L’histoire se déroule entre Genay, petite commune du Rhône où il ne se passe pas grand-chose et St André de Corcy, luxuriant village de l’Ain, où il ne se passe rien. Nous sommes au début des années 80, la jeunesse désoeuvrée traîne son ennui à dos de mobylette. 103 SP, Ciao Vespa de Piago sillonnent les routes de France comme on dit au JT de Jean-pierre Pernaud.

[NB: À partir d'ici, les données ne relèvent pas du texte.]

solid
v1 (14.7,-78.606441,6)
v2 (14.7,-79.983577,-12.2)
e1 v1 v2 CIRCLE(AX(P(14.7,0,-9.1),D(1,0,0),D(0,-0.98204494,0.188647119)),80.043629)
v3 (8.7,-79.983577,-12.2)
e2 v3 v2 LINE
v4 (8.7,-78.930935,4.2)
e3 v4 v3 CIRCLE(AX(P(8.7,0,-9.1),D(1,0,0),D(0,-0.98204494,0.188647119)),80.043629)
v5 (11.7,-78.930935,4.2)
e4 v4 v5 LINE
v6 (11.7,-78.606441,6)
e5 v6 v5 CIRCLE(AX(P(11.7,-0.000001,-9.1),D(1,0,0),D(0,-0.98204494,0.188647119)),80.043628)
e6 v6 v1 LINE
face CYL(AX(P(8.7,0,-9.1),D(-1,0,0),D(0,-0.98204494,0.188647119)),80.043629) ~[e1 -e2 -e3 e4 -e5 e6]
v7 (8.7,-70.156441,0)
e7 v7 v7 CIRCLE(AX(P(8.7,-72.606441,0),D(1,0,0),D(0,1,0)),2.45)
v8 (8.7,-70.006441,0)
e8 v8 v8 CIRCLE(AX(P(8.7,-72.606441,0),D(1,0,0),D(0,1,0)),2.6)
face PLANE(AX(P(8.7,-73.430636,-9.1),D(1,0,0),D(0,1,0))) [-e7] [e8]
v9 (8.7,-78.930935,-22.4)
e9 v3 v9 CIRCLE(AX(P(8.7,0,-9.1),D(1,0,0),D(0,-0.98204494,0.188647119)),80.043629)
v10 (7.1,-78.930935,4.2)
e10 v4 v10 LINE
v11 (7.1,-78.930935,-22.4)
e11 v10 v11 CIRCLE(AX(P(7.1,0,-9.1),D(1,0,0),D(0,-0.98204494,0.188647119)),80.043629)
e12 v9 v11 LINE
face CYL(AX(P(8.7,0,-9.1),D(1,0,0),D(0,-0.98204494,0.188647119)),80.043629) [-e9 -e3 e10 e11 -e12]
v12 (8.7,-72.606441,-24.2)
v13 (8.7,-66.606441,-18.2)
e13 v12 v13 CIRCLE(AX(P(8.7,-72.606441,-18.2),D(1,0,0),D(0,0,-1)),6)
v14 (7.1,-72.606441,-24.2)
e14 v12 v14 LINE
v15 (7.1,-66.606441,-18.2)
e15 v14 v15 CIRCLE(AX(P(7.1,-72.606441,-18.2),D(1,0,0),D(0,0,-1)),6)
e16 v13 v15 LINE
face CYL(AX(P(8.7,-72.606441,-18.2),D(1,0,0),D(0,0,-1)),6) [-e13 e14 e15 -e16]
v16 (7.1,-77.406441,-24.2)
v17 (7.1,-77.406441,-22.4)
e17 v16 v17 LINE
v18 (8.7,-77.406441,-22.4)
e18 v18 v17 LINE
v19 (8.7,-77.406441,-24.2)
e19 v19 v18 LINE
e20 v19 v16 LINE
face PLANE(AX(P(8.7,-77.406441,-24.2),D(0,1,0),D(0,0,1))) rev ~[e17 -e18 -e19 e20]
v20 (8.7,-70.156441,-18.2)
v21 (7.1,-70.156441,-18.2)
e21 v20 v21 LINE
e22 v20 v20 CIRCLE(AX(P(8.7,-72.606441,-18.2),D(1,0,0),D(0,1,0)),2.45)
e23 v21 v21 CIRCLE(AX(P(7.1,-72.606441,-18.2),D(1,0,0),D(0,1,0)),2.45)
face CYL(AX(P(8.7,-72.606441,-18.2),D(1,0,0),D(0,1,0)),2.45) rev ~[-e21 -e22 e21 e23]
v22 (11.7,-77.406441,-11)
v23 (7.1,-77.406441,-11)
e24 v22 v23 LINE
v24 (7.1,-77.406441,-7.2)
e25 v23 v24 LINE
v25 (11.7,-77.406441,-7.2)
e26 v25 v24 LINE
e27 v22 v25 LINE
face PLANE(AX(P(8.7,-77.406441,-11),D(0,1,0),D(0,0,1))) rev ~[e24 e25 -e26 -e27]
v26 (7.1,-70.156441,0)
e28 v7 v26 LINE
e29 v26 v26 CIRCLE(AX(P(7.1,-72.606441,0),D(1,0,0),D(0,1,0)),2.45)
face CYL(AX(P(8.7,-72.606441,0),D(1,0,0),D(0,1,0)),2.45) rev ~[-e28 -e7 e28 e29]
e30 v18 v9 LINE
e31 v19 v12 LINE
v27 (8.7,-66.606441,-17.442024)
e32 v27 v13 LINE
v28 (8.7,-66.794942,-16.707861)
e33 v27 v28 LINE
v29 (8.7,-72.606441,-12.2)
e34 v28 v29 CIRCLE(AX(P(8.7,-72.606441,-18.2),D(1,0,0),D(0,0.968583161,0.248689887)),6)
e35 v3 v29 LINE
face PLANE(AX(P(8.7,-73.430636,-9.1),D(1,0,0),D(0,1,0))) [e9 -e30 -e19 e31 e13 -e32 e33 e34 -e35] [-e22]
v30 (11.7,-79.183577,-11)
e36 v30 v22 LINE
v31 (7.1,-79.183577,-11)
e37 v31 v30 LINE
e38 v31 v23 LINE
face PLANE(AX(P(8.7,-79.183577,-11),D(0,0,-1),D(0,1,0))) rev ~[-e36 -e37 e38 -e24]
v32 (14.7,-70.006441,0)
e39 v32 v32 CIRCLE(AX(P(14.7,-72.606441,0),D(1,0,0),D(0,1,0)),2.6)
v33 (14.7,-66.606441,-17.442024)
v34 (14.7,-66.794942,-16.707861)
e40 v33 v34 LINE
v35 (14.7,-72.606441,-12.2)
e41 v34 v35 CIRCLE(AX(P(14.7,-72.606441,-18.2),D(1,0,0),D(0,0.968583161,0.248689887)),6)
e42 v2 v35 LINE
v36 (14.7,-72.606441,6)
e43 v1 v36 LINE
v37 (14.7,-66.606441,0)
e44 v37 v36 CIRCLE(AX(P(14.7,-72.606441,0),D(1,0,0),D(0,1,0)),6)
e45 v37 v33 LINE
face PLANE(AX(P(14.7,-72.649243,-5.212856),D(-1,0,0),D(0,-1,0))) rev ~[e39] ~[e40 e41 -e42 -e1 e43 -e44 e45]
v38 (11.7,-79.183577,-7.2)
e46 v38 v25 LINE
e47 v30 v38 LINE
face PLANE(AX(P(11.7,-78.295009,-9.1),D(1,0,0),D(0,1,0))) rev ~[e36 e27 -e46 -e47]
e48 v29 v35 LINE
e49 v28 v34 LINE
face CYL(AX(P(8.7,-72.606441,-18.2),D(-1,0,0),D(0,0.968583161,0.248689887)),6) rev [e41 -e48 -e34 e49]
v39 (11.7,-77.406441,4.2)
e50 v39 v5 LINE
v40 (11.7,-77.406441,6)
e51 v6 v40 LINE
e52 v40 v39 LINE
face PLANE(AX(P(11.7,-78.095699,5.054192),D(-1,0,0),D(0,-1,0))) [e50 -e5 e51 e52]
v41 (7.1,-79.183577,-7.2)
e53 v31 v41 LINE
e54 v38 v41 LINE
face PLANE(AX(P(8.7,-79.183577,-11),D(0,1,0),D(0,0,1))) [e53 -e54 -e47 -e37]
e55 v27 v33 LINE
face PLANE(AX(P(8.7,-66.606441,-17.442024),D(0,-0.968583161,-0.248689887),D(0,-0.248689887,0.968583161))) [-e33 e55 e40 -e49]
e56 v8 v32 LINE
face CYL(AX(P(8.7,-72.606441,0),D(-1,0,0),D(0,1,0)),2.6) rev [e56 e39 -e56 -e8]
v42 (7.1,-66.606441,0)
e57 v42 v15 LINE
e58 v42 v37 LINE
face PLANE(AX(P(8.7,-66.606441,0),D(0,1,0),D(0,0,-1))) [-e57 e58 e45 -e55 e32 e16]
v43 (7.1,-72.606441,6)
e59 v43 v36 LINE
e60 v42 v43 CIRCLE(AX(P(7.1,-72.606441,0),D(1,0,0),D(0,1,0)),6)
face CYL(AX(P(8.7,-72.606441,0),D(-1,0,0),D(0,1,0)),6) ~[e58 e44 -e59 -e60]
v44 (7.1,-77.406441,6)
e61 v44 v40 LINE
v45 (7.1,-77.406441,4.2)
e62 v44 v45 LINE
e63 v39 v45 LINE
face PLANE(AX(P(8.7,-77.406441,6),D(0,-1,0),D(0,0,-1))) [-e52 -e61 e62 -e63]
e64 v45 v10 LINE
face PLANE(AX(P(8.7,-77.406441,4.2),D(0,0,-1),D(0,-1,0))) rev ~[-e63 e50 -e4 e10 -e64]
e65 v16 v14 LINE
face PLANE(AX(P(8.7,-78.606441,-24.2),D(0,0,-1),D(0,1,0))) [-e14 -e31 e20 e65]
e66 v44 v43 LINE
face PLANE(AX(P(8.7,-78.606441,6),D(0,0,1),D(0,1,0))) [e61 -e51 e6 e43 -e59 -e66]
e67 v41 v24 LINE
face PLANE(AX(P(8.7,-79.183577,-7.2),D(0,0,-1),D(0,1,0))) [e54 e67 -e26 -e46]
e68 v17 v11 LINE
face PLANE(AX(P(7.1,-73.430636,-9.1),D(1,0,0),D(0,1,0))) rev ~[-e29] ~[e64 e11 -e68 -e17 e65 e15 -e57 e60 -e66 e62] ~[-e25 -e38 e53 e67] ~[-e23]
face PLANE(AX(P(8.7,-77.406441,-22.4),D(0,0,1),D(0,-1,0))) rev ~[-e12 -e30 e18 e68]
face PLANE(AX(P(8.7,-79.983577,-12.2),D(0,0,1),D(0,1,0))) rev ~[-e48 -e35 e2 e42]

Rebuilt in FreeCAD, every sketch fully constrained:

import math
import FreeCAD as App
import Part
import Sketcher

V = App.Vector
Q = App.Units.Quantity


def add_polygon(sketch, points):
    """Adds a closed chain of lines whose ends are joined by coincident constraints."""
    first, n = sketch.GeometryCount, len(points)
    for a, b in zip(points, points[1:] + points[:1]):
        sketch.addGeometry(Part.LineSegment(App.Vector(*a, 0), App.Vector(*b, 0)), False)
    for i in range(n):
        sketch.addConstraint(Sketcher.Constraint("Coincident", first + i, 2, first + (i + 1) % n, 1))

doc = App.newDocument("Part")
params = doc.addObject("Spreadsheet::Sheet", "Params")
for row, (alias, value) in enumerate([
    ("sketch1_radius", "6 mm"),
    ("sketch1_diameter", "4.9 mm"),
    ("sketch1_width", "6 mm"),
    ("sketch1_height", "18.2 mm"),
    ("pad1_length", "1.6 mm"),
    ("sketch2_radius", "6 mm"),
    ("sketch2_diameter", "5.2 mm"),
    ("sketch2_width", "6 mm"),
    ("pad2_length", "6 mm"),
    ("sketch3_width", "1.2 mm"),
    ("sketch3_height", "1.8 mm"),
    ("sketch3_height2", "3.8 mm"),
    ("pocket1_length", "1.6 mm"),
    ("pocket1_length2", "3 mm"),
], start=1):
    params.set(f"A{row}", alias)
    params.set(f"B{row}", "=" + value)
    params.setAlias(f"B{row}", alias)

body = doc.addObject("PartDesign::Body", "Body")

# Sketch on YZ plane
sketch1 = doc.addObject("Sketcher::SketchObject", "Sketch")
body.addObject(sketch1)
sketch1.AttachmentSupport = (doc.YZ_Plane, [""])
sketch1.MapMode = "FlatFace"
sketch1.AttachmentOffset = App.Placement(V(0, 0, 8.7), App.Rotation())
sketch1.addGeometry(Part.ArcOfCircle(Part.Circle(V(72.6, -9.1, 0), V(0, 0, 1), 80), math.radians(169), math.radians(191)), False)
sketch1.addGeometry(Part.LineSegment(V(-6, -24.2, 0), V(0, -24.2, 0)), False)
sketch1.addGeometry(Part.ArcOfCircle(Part.Circle(V(0, -18.2, 0), V(0, 0, 1), 6), math.radians(-90), math.radians(0)), False)
sketch1.addGeometry(Part.LineSegment(V(6, -18.2, 0), V(6, 0, 0)), False)
sketch1.addGeometry(Part.ArcOfCircle(Part.Circle(V(0, 0, 0), V(0, 0, 1), 6), math.radians(0), math.radians(90)), False)
sketch1.addGeometry(Part.LineSegment(V(0, 6, 0), V(-6, 6, 0)), False)
sketch1.addGeometry(Part.Circle(V(0, -18.2, 0), V(0, 0, 1), 2.5), False)
sketch1.addGeometry(Part.Circle(V(0, 0, 0), V(0, 0, 1), 2.5), False)
sketch1.addConstraint(Sketcher.Constraint("Coincident", 0, 2, 1, 1))
sketch1.addConstraint(Sketcher.Constraint("Tangent", 1, 2, 2, 1))
sketch1.addConstraint(Sketcher.Constraint("Tangent", 2, 2, 3, 1))
sketch1.addConstraint(Sketcher.Constraint("Tangent", 3, 2, 4, 1))
sketch1.addConstraint(Sketcher.Constraint("Tangent", 4, 2, 5, 1))
sketch1.addConstraint(Sketcher.Constraint("Coincident", 5, 2, 0, 1))
sketch1.addConstraint(Sketcher.Constraint("Horizontal", 1))
sketch1.addConstraint(Sketcher.Constraint("Vertical", 3))
sketch1.addConstraint(Sketcher.Constraint("Horizontal", 5))
sketch1.addConstraint(Sketcher.Constraint("Coincident", 4, 3, -1, 1))
sketch1.addConstraint(Sketcher.Constraint("Coincident", 7, 3, -1, 1))
sketch1.addConstraint(Sketcher.Constraint("Coincident", 6, 3, 2, 3))
sketch1.addConstraint(Sketcher.Constraint("Equal", 2, 4))
sketch1.addConstraint(Sketcher.Constraint("Equal", 6, 7))
sketch1.addConstraint(Sketcher.Constraint("Vertical", 0, 2, 5, 2))
sketch1.addConstraint(Sketcher.Constraint("Radius", 2, 6.0))
sketch1.addConstraint(Sketcher.Constraint("Diameter", 6, 4.9))
sketch1.addConstraint(Sketcher.Constraint("DistanceX", 1, 1, 1, 2, 6.0))
sketch1.addConstraint(Sketcher.Constraint("DistanceY", 3, 1, 3, 2, 18.2))
sketch1.addConstraint(Sketcher.Constraint("Radius", 0, 80.043629))
sketch1.setExpression("Constraints[15]", "Params.sketch1_radius")
sketch1.setExpression("Constraints[16]", "Params.sketch1_diameter")
sketch1.setExpression("Constraints[17]", "Params.sketch1_width")
sketch1.setExpression("Constraints[18]", "Params.sketch1_height")
pad1 = doc.addObject("PartDesign::Pad", "Pad")
body.addObject(pad1)
pad1.Profile = sketch1
pad1.setExpression("Length", "Params.pad1_length")
pad1.Reversed = True

# Sketch on YZ plane
sketch2 = doc.addObject("Sketcher::SketchObject", "Sketch001")
body.addObject(sketch2)
sketch2.AttachmentSupport = (doc.YZ_Plane, [""])
sketch2.MapMode = "FlatFace"
sketch2.AttachmentOffset = App.Placement(V(0, 0, 8.7), App.Rotation())
sketch2.addGeometry(Part.ArcOfCircle(Part.Circle(V(0, -18.2, 0), V(0, 0, 1), 6), math.radians(14), math.radians(90)), False)
sketch2.addGeometry(Part.LineSegment(V(5.8, -16.7, 0), V(6, -17.4, 0)), False)
sketch2.addGeometry(Part.LineSegment(V(6, -17.4, 0), V(6, 0, 0)), False)
sketch2.addGeometry(Part.ArcOfCircle(Part.Circle(V(0, 0, 0), V(0, 0, 1), 6), math.radians(0), math.radians(90)), False)
sketch2.addGeometry(Part.LineSegment(V(0, 6, 0), V(-6, 6, 0)), False)
sketch2.addGeometry(Part.ArcOfCircle(Part.Circle(V(72.6, -9.1, 0), V(0, 0, 1), 80), math.radians(169.13), math.radians(182.22)), False)
sketch2.addGeometry(Part.LineSegment(V(-7.4, -12.2, 0), V(0, -12.2, 0)), False)
sketch2.addGeometry(Part.Circle(V(0, 0, 0), V(0, 0, 1), 2.6), False)
sketch2.addConstraint(Sketcher.Constraint("Tangent", 0, 1, 1, 1))
sketch2.addConstraint(Sketcher.Constraint("Coincident", 1, 2, 2, 1))
sketch2.addConstraint(Sketcher.Constraint("Tangent", 2, 2, 3, 1))
sketch2.addConstraint(Sketcher.Constraint("Tangent", 3, 2, 4, 1))
sketch2.addConstraint(Sketcher.Constraint("Coincident", 4, 2, 5, 1))
sketch2.addConstraint(Sketcher.Constraint("Coincident", 5, 2, 6, 1))
sketch2.addConstraint(Sketcher.Constraint("Tangent", 6, 2, 0, 2))
sketch2.addConstraint(Sketcher.Constraint("Vertical", 2))
sketch2.addConstraint(Sketcher.Constraint("Horizontal", 4))
sketch2.addConstraint(Sketcher.Constraint("Horizontal", 6))
sketch2.addConstraint(Sketcher.Constraint("Coincident", 3, 3, -1, 1))
sketch2.addConstraint(Sketcher.Constraint("Coincident", 7, 3, -1, 1))
sketch2.addConstraint(Sketcher.Constraint("Equal", 0, 3))
sketch2.addConstraint(Sketcher.Constraint("PointOnObject", 0, 3, -2))
sketch2.addConstraint(Sketcher.Constraint("Radius", 0, 6.0))
sketch2.addConstraint(Sketcher.Constraint("Diameter", 7, 5.2))
sketch2.addConstraint(Sketcher.Constraint("DistanceX", 4, 2, 4, 1, 6.0))
sketch2.addConstraint(Sketcher.Constraint("Angle", 1, Q("-75.6 deg")))
sketch2.addConstraint(Sketcher.Constraint("DistanceY", 0, 3, -1, 1, 18.2))
sketch2.addConstraint(Sketcher.Constraint("DistanceY", 5, 3, -1, 1, 9.1))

Customisées, trafiquées, équipées de guidons torsadés et chromés, de sissy bar en fer à béton, gonflées aux stéroïdes des kits Polini, ces 49.9 n’ont rien à envier aux Harley-davidson, excepté … Tout en fait. Mais en attendant d’avoir le permis et de se payer une Renault 12, il faut bien, le samedi soir venu, naviguer de fêtes des conscrits en bals des pompiers. Une manière de marathon de la bringue.
Salle des fêtes communale de Genay : température26°. L’air est moite. Il est bientôt 22h30. C’est là qu’apparaît notre héros : José Pereira, ivre de marquisette et de frustration adolescente. Il vient d’essuyer un énième refus de la gente féminine incarnée par Corinne, précédemment 1ère dauphine au concours de Miss Beaujolais. La belle Corinne, pas trop enthousiasmée à l’idée de rouler des pelles à José, l’éconduit sans ménagement. Repris par l’orchestre Taib Trumpet, l’été indien de Joe Dassin sonnera le glas des prétentions hormonales de José.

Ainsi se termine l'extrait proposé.